• **Work required**
Each line of the data below from the one holding "v -7.069 0.365 2" to the one holding "v 12.5 200 0", inclusive, is to be reproduced exactly; no other line belongs in the answer.

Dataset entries
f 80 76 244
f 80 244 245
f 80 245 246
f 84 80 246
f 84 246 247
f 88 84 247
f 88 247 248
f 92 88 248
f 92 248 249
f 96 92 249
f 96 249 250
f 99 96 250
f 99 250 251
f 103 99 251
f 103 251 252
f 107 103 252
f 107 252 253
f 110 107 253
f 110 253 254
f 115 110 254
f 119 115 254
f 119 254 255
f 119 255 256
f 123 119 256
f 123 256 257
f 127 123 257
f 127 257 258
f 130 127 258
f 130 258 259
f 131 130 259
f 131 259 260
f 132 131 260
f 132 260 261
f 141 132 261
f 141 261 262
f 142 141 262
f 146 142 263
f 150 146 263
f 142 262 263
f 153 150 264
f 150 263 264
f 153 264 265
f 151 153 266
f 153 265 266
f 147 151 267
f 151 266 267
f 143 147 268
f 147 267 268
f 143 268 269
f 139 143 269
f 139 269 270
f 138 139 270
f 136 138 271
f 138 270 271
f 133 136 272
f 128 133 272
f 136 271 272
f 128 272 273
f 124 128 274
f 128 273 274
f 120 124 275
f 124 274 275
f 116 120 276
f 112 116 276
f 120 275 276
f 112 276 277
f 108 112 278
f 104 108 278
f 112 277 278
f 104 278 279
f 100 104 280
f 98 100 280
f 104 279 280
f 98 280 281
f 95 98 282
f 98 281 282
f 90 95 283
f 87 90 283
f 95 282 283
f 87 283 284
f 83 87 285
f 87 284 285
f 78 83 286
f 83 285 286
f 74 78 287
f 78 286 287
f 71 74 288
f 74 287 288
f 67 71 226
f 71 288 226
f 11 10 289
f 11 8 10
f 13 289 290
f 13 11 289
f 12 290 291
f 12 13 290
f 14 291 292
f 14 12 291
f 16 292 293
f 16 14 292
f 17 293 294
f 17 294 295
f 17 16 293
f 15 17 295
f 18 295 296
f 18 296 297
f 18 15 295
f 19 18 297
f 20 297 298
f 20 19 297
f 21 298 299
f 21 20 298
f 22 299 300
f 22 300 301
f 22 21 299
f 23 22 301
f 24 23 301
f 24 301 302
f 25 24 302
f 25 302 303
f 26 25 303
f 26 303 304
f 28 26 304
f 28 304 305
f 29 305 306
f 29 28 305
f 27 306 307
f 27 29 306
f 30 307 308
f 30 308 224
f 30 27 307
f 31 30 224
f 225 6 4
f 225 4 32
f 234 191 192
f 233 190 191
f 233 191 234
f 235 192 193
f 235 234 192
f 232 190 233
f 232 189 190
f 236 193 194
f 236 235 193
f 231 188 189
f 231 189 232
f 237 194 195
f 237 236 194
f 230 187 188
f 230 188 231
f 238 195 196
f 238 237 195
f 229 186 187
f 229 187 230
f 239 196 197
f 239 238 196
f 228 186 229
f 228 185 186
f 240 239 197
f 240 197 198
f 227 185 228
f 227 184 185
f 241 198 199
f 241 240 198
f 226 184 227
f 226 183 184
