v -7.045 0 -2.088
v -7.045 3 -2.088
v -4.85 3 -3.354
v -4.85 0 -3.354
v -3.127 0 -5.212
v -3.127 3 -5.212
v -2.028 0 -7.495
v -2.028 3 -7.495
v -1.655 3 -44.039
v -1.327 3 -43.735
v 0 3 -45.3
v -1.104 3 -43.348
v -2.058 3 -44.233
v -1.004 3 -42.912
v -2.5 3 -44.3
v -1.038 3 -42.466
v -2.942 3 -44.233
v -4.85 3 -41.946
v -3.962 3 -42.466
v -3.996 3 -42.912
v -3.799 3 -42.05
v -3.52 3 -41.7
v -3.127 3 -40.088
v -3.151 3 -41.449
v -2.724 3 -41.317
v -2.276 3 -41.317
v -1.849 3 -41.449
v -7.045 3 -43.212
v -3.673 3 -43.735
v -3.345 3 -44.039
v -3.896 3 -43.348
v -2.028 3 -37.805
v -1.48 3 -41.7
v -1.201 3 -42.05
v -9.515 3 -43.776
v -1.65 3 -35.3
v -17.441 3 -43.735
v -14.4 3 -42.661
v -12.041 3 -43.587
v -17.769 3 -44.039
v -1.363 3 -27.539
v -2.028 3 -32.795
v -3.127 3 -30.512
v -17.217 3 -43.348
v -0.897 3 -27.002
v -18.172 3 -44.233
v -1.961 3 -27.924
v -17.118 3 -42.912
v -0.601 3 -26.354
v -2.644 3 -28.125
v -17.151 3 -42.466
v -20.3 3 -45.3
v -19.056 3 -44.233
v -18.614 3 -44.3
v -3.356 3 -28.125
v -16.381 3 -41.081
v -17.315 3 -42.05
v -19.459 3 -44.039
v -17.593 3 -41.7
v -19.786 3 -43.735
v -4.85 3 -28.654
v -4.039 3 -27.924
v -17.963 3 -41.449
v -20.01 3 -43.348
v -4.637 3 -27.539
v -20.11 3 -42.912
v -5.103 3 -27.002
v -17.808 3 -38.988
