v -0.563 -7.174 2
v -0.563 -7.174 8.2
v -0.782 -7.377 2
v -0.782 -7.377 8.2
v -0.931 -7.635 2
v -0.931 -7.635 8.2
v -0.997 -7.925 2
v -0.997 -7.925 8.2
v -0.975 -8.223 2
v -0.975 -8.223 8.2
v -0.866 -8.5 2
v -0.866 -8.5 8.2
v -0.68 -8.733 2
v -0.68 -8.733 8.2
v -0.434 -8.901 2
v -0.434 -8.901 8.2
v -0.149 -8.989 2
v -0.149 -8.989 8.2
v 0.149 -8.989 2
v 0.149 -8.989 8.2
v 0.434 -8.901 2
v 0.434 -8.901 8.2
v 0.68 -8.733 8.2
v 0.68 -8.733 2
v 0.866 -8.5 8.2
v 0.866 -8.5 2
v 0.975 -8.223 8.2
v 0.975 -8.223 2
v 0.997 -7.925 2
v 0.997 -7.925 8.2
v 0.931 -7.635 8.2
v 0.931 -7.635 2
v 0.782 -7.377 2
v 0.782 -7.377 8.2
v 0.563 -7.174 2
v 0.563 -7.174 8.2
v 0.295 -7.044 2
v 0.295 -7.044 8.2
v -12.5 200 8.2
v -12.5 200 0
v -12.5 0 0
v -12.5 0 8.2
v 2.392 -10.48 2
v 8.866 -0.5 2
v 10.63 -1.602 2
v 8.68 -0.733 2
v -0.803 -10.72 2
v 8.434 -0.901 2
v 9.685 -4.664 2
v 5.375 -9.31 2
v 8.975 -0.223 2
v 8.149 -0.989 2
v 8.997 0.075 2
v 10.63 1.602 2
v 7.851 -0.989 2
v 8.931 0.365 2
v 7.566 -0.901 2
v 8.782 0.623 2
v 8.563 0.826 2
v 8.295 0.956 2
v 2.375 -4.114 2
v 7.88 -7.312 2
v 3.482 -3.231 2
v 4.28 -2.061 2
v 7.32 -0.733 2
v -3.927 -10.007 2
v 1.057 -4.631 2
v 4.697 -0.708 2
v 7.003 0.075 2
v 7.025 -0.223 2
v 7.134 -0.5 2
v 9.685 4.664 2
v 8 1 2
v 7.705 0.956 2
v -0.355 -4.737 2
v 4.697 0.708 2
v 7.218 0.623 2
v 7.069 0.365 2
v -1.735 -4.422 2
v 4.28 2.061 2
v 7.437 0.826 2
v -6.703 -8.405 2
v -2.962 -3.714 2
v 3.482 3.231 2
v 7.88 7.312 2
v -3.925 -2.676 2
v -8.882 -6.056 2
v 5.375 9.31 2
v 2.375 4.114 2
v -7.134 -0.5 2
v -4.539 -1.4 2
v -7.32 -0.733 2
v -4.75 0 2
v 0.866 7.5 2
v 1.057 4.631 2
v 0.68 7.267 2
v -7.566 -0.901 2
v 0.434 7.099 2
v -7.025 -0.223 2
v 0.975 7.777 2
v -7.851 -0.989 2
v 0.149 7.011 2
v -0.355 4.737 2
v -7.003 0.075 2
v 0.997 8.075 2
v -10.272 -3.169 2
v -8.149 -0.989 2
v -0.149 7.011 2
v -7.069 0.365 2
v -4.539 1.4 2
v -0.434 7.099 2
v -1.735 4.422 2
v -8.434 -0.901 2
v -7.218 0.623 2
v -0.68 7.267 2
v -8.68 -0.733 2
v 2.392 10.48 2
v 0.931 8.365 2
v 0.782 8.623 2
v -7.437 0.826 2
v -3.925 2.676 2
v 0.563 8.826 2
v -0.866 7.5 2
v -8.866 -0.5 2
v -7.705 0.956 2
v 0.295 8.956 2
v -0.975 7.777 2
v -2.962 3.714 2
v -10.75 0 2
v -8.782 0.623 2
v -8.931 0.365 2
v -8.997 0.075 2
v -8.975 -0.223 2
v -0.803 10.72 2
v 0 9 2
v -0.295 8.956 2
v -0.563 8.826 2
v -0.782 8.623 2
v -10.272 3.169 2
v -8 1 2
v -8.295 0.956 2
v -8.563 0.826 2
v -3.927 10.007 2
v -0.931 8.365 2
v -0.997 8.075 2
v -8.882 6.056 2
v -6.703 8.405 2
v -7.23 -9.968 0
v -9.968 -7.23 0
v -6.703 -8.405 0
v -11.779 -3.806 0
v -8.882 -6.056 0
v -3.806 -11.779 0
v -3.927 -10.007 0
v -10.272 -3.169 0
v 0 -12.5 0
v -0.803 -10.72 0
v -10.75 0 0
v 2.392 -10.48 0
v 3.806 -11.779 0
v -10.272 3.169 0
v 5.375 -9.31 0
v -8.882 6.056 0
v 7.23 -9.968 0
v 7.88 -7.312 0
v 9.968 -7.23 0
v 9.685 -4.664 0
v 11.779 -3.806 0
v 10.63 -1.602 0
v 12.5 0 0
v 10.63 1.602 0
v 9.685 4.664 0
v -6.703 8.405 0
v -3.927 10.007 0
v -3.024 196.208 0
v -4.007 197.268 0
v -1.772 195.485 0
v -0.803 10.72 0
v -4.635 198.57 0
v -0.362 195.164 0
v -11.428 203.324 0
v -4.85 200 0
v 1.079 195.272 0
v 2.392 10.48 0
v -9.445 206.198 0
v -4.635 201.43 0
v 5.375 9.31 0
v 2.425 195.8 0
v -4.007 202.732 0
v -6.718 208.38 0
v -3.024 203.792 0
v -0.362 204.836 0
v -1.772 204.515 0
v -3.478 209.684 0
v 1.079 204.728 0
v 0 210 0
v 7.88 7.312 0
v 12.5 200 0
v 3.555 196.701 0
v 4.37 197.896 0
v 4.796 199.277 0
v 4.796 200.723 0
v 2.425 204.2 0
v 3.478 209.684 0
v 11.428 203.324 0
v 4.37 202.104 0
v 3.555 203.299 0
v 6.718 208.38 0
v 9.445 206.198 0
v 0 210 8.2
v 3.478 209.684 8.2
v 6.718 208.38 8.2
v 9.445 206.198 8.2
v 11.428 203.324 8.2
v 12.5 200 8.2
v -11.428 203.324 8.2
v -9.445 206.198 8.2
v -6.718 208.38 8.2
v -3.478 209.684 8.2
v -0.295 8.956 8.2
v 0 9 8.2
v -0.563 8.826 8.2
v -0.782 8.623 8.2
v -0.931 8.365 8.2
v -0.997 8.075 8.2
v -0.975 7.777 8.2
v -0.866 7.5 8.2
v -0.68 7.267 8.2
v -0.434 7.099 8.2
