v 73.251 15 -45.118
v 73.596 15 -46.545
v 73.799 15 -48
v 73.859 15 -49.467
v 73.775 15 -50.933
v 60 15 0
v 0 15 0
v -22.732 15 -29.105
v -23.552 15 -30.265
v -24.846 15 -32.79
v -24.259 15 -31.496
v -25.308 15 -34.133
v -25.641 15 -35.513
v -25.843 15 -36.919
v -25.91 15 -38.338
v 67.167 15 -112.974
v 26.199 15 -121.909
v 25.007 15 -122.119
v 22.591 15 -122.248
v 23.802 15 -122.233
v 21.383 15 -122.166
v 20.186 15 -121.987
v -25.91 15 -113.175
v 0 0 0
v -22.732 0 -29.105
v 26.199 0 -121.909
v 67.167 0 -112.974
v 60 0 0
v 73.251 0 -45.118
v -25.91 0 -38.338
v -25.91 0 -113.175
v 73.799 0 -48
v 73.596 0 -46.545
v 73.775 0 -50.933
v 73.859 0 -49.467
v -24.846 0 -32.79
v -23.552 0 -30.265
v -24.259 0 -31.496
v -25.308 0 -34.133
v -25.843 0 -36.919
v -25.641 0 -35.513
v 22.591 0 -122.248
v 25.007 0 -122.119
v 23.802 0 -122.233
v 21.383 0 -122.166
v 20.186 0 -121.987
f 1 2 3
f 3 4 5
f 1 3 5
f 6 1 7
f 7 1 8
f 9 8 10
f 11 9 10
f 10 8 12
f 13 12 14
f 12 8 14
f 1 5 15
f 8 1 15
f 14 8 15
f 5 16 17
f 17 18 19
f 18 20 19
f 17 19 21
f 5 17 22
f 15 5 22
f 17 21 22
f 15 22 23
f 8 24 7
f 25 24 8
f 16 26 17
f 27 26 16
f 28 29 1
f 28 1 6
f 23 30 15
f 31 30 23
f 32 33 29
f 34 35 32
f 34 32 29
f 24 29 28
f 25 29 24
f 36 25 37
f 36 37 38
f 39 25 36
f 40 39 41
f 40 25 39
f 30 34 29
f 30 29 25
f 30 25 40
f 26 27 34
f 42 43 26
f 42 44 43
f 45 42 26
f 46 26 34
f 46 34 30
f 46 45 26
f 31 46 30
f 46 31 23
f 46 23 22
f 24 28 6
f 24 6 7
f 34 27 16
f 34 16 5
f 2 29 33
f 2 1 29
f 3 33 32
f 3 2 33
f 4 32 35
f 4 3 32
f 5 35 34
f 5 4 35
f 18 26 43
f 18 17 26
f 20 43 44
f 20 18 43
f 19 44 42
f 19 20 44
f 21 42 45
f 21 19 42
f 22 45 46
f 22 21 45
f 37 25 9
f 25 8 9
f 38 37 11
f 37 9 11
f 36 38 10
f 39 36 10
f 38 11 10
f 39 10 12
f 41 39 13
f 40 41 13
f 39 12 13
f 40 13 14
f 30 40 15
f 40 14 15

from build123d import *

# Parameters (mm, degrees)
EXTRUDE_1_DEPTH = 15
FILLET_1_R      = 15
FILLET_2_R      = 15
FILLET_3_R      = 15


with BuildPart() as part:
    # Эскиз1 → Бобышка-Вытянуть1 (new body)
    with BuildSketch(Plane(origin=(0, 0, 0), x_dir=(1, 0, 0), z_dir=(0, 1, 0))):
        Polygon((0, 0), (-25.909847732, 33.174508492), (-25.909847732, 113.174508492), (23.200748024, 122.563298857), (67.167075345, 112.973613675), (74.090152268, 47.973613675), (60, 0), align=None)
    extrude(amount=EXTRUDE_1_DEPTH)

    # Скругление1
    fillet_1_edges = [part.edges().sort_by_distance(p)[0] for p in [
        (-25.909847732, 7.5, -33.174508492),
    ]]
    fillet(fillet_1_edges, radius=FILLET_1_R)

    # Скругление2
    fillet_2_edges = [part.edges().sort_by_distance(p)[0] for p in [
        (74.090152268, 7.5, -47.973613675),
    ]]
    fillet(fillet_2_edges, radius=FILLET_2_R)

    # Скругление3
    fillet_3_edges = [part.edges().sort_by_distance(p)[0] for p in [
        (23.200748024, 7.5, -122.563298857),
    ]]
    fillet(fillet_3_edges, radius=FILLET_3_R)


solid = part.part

• **Written response**
v -7.069 0.365 2
v -4.539 1.4 2
v -0.434 7.099 2
v -1.735 4.422 2
v -8.434 -0.901 2
v -7.218 0.623 2
v -0.68 7.267 2
v -8.68 -0.733 2
v 2.392 10.48 2
v 0.931 8.365 2
v 0.782 8.623 2
v -7.437 0.826 2
v -3.925 2.676 2
v 0.563 8.826 2
v -0.866 7.5 2
v -8.866 -0.5 2
v -7.705 0.956 2
v 0.295 8.956 2
v -0.975 7.777 2
v -2.962 3.714 2
v -10.75 0 2
v -8.782 0.623 2
v -8.931 0.365 2
v -8.997 0.075 2
v -8.975 -0.223 2
v -0.803 10.72 2
v 0 9 2
v -0.295 8.956 2
v -0.563 8.826 2
v -0.782 8.623 2
v -10.272 3.169 2
v -8 1 2
v -8.295 0.956 2
v -8.563 0.826 2
v -3.927 10.007 2
v -0.931 8.365 2
v -0.997 8.075 2
v -8.882 6.056 2
v -6.703 8.405 2
v -7.23 -9.968 0
v -9.968 -7.23 0
v -6.703 -8.405 0
v -11.779 -3.806 0
v -8.882 -6.056 0
v -3.806 -11.779 0
v -3.927 -10.007 0
v -10.272 -3.169 0
v 0 -12.5 0
v -0.803 -10.72 0
v -10.75 0 0
v 2.392 -10.48 0
v 3.806 -11.779 0
v -10.272 3.169 0
v 5.375 -9.31 0
v -8.882 6.056 0
v 7.23 -9.968 0
v 7.88 -7.312 0
v 9.968 -7.23 0
v 9.685 -4.664 0
v 11.779 -3.806 0
v 10.63 -1.602 0
v 12.5 0 0
v 10.63 1.602 0
v 9.685 4.664 0
v -6.703 8.405 0
v -3.927 10.007 0
v -3.024 196.208 0
v -4.007 197.268 0
v -1.772 195.485 0
v -0.803 10.72 0
v -4.635 198.57 0
v -0.362 195.164 0
v -11.428 203.324 0
v -4.85 200 0
v 1.079 195.272 0
v 2.392 10.48 0
v -9.445 206.198 0
v -4.635 201.43 0
v 5.375 9.31 0
v 2.425 195.8 0
v -4.007 202.732 0
v -6.718 208.38 0
v -3.024 203.792 0
v -0.362 204.836 0
v -1.772 204.515 0
v -3.478 209.684 0
v 1.079 204.728 0
v 0 210 0
v 7.88 7.312 0
v 12.5 200 0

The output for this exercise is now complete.